Task objective:
Give again only those lines from the start of the entries through the line holding "v -13.104 0 11.511", leaving them as they are.
--- Records provided ---
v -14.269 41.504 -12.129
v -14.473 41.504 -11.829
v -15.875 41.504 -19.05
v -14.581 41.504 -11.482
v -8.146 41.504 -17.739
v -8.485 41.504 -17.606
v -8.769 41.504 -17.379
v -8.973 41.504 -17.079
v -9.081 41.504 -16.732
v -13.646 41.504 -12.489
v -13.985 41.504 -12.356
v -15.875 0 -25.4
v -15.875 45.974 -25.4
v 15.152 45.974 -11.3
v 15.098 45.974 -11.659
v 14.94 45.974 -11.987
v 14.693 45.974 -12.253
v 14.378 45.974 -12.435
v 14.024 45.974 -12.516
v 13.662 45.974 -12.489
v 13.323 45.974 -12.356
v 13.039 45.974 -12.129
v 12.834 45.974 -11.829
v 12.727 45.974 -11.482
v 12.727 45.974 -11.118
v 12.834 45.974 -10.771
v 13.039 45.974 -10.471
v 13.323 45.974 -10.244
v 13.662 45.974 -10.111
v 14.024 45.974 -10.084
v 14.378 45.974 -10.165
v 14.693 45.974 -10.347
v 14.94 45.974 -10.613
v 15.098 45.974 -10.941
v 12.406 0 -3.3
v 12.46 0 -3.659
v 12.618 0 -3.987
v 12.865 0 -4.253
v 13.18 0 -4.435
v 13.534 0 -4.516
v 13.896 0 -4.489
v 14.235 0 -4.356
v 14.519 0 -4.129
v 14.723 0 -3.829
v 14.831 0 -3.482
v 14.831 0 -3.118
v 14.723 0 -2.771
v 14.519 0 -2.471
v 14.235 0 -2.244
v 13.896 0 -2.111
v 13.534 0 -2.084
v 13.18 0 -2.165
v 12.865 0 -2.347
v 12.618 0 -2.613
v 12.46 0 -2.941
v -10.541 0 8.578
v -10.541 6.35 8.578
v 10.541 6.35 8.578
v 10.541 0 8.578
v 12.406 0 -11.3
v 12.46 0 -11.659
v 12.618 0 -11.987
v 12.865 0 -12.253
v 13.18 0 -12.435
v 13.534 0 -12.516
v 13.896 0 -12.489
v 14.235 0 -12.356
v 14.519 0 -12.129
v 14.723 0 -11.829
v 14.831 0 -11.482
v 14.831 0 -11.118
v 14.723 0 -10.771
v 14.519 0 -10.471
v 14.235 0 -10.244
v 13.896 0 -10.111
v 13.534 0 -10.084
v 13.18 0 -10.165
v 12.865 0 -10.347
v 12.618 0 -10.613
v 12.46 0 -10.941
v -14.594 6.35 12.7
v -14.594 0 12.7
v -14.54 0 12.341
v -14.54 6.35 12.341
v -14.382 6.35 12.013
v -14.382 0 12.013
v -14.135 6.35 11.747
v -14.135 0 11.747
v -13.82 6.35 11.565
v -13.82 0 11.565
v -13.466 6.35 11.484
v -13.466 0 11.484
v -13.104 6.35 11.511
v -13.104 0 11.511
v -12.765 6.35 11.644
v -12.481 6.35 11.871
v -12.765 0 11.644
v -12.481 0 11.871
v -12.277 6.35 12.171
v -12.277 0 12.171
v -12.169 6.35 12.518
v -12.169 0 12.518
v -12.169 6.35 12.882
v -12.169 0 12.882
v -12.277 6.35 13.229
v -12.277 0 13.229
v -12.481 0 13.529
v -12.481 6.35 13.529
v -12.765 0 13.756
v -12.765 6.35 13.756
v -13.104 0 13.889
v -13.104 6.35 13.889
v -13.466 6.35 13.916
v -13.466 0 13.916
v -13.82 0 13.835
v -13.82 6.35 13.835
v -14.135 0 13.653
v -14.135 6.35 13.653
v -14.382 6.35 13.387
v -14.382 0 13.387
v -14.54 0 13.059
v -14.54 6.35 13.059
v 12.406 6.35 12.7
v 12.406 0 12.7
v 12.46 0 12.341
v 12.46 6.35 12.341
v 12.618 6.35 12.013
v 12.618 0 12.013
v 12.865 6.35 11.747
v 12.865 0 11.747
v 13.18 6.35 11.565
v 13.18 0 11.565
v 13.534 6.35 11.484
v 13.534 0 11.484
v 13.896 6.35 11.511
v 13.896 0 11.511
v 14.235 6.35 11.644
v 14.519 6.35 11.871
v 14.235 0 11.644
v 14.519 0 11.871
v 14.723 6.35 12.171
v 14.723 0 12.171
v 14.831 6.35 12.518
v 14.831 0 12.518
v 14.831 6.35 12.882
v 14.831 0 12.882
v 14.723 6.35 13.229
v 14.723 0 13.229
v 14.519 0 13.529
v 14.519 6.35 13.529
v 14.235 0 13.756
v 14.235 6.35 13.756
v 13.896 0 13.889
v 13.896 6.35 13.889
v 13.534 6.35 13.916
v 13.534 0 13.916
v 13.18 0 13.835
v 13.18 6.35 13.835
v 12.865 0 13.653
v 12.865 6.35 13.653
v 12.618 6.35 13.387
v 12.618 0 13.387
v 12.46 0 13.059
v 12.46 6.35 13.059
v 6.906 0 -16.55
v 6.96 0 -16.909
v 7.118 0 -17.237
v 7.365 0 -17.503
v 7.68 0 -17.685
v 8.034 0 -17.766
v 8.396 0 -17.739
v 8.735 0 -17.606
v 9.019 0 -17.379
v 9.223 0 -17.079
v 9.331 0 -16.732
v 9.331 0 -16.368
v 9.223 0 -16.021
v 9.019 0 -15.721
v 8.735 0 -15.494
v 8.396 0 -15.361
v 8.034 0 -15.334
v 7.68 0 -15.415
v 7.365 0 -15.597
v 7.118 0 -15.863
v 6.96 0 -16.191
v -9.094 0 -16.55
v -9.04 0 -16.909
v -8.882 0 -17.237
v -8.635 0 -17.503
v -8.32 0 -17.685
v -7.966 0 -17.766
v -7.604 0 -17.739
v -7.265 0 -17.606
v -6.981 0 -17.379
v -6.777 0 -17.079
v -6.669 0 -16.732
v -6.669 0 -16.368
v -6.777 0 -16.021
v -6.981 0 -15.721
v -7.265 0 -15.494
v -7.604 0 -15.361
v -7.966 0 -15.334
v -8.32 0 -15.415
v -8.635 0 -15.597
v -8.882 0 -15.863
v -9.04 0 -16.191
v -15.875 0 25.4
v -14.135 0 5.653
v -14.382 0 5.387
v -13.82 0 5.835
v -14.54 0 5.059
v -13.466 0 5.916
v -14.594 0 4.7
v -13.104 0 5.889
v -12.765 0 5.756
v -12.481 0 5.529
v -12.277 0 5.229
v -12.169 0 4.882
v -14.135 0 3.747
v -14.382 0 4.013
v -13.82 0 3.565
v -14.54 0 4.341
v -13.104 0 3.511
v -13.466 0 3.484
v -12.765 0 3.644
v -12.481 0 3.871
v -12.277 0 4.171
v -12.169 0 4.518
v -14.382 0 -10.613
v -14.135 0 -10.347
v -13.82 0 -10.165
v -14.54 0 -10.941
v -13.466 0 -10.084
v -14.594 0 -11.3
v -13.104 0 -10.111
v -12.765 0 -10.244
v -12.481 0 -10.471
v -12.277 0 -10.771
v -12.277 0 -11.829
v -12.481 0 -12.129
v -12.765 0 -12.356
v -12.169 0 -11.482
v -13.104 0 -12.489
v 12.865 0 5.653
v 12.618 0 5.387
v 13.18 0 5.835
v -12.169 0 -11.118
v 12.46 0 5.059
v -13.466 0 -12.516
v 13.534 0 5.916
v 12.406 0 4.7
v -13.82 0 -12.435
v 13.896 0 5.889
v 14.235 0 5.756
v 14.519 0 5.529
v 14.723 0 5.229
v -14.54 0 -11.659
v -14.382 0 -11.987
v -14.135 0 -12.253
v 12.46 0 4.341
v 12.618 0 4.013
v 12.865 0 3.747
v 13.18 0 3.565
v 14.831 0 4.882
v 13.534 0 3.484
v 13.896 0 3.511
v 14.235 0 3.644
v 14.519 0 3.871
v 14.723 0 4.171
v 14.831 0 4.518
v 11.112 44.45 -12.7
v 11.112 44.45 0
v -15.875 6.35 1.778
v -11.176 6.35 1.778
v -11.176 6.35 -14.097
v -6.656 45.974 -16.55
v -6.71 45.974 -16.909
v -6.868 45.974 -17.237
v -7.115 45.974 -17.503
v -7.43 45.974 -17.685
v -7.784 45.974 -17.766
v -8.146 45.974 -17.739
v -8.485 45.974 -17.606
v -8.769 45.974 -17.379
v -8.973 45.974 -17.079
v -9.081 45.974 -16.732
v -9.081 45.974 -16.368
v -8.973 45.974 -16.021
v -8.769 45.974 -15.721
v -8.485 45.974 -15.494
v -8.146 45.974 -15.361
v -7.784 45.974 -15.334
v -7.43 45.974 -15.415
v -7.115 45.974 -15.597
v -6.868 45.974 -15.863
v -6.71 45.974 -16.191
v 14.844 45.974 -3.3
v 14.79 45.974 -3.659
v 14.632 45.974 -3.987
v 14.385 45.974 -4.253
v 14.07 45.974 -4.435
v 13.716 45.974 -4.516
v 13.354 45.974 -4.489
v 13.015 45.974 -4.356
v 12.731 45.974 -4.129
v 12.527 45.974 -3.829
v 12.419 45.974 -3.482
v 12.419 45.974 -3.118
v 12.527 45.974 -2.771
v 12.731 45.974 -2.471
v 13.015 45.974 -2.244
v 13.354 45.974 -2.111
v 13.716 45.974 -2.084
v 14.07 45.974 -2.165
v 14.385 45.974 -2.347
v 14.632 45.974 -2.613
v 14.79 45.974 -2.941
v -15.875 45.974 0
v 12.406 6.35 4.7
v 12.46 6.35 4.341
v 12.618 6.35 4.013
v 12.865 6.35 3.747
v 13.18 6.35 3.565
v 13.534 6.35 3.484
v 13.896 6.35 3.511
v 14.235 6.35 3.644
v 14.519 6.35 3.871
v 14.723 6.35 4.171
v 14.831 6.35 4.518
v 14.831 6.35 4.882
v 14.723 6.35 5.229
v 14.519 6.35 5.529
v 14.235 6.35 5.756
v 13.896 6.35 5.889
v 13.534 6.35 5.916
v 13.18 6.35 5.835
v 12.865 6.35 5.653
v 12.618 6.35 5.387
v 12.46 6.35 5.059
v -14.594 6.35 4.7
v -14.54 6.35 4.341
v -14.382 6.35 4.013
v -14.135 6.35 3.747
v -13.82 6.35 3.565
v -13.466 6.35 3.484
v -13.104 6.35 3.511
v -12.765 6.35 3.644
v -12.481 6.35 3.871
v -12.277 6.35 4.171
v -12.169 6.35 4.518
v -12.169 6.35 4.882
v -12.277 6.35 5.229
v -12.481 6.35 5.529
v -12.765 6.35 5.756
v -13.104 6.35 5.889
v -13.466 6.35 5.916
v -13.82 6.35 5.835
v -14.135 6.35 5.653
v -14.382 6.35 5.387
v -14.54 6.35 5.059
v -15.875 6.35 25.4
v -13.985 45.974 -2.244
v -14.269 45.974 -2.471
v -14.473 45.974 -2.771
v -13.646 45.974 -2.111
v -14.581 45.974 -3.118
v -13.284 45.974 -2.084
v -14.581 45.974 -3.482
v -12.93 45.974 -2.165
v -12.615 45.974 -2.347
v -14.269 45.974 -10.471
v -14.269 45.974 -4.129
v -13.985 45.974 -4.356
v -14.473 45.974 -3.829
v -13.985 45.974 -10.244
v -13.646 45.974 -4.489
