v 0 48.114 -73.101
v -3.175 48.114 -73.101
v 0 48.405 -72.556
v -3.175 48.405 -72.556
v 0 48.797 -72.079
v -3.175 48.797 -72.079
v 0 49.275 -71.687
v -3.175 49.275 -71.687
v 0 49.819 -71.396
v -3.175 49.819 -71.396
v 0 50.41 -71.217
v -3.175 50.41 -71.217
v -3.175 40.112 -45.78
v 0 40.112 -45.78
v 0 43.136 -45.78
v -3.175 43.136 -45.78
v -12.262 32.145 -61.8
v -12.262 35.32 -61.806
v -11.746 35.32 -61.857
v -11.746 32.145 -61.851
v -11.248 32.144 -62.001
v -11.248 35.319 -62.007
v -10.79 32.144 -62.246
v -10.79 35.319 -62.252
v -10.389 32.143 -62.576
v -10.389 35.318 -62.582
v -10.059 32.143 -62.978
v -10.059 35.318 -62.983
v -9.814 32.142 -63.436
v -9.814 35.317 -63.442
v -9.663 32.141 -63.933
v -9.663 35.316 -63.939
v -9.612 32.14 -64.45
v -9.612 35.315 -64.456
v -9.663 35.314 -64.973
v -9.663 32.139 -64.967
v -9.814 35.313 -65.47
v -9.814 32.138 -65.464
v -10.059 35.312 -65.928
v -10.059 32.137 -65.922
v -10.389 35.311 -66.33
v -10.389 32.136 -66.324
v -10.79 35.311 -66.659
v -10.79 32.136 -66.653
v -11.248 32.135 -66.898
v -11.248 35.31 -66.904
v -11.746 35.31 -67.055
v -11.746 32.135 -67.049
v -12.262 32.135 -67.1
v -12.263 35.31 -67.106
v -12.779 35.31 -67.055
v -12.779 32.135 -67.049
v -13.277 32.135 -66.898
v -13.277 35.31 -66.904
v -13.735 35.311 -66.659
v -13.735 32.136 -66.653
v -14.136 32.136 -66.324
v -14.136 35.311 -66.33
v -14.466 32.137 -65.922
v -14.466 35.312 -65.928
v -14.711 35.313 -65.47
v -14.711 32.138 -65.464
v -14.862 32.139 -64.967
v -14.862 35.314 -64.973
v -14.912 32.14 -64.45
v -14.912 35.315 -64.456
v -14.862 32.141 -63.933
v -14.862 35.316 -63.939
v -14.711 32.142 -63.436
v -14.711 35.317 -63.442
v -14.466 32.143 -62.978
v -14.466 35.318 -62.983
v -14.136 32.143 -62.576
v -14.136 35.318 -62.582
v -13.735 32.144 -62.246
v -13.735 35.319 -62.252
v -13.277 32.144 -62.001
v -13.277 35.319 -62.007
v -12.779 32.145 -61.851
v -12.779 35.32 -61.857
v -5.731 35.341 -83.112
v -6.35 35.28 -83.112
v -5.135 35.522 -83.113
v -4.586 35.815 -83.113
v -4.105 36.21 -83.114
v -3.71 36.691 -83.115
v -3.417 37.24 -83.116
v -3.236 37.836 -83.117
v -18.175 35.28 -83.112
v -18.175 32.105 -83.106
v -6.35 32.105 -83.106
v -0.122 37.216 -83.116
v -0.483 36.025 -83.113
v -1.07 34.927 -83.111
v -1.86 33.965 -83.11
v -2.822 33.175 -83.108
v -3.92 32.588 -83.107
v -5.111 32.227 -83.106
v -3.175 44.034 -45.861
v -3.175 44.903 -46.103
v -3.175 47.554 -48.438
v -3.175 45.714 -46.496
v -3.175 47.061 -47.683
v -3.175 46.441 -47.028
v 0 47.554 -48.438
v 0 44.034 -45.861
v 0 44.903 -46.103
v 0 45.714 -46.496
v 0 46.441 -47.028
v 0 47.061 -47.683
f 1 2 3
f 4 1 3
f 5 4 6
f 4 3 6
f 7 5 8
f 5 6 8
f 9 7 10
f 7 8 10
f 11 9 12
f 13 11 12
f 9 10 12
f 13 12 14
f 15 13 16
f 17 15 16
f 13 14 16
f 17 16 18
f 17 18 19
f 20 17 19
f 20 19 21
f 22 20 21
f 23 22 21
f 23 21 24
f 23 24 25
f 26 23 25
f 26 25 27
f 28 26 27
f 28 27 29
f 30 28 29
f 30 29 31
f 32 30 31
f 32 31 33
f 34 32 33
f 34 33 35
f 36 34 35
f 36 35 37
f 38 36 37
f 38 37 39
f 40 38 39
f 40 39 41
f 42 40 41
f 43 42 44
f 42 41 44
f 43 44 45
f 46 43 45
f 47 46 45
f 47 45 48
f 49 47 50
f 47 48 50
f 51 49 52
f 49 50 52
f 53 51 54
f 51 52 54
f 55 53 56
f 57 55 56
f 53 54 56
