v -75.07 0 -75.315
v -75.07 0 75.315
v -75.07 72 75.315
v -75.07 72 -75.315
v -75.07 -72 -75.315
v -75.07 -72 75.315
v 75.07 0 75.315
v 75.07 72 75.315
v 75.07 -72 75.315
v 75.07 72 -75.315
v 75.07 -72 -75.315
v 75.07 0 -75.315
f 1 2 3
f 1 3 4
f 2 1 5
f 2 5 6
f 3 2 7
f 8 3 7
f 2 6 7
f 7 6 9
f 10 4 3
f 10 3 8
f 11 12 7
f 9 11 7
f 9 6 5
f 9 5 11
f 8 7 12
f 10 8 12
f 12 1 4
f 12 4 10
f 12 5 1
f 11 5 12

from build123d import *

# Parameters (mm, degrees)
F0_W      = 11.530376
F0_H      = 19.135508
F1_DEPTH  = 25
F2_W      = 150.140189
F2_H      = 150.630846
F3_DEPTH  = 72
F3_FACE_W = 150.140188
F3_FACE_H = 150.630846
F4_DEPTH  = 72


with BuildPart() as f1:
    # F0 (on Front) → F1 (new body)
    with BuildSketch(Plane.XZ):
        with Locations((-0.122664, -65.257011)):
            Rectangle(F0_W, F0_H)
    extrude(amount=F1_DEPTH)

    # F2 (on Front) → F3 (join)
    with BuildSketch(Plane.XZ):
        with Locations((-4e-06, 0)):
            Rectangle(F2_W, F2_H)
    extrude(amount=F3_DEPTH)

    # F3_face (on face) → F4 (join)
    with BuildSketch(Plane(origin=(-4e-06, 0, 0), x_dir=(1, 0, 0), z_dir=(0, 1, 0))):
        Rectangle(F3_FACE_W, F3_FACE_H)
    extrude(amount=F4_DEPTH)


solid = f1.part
---
Response for this exercise:
v -14.269 41.504 -12.129
v -14.473 41.504 -11.829
v -15.875 41.504 -19.05
v -14.581 41.504 -11.482
v -8.146 41.504 -17.739
v -8.485 41.504 -17.606
v -8.769 41.504 -17.379
v -8.973 41.504 -17.079
v -9.081 41.504 -16.732
v -13.646 41.504 -12.489
v -13.985 41.504 -12.356
v -15.875 0 -25.4
v -15.875 45.974 -25.4
v 15.152 45.974 -11.3
v 15.098 45.974 -11.659
v 14.94 45.974 -11.987
v 14.693 45.974 -12.253
v 14.378 45.974 -12.435
v 14.024 45.974 -12.516
v 13.662 45.974 -12.489
v 13.323 45.974 -12.356
v 13.039 45.974 -12.129
v 12.834 45.974 -11.829
v 12.727 45.974 -11.482
v 12.727 45.974 -11.118
v 12.834 45.974 -10.771
v 13.039 45.974 -10.471
v 13.323 45.974 -10.244
v 13.662 45.974 -10.111
v 14.024 45.974 -10.084
v 14.378 45.974 -10.165
v 14.693 45.974 -10.347
v 14.94 45.974 -10.613
v 15.098 45.974 -10.941
v 12.406 0 -3.3
v 12.46 0 -3.659
v 12.618 0 -3.987
v 12.865 0 -4.253
v 13.18 0 -4.435
v 13.534 0 -4.516
v 13.896 0 -4.489
v 14.235 0 -4.356
v 14.519 0 -4.129
v 14.723 0 -3.829
v 14.831 0 -3.482
v 14.831 0 -3.118
v 14.723 0 -2.771
v 14.519 0 -2.471
v 14.235 0 -2.244
v 13.896 0 -2.111
v 13.534 0 -2.084
v 13.18 0 -2.165
v 12.865 0 -2.347
v 12.618 0 -2.613
v 12.46 0 -2.941
v -10.541 0 8.578
v -10.541 6.35 8.578
v 10.541 6.35 8.578
v 10.541 0 8.578
v 12.406 0 -11.3
v 12.46 0 -11.659
v 12.618 0 -11.987
v 12.865 0 -12.253
v 13.18 0 -12.435
v 13.534 0 -12.516
v 13.896 0 -12.489
v 14.235 0 -12.356
v 14.519 0 -12.129
v 14.723 0 -11.829
v 14.831 0 -11.482
v 14.831 0 -11.118
v 14.723 0 -10.771
v 14.519 0 -10.471
v 14.235 0 -10.244
v 13.896 0 -10.111
v 13.534 0 -10.084
v 13.18 0 -10.165
v 12.865 0 -10.347
v 12.618 0 -10.613
v 12.46 0 -10.941
v -14.594 6.35 12.7
v -14.594 0 12.7
v -14.54 0 12.341
v -14.54 6.35 12.341
v -14.382 6.35 12.013
v -14.382 0 12.013
v -14.135 6.35 11.747
v -14.135 0 11.747
v -13.82 6.35 11.565
v -13.82 0 11.565
v -13.466 6.35 11.484
v -13.466 0 11.484
v -13.104 6.35 11.511
v -13.104 0 11.511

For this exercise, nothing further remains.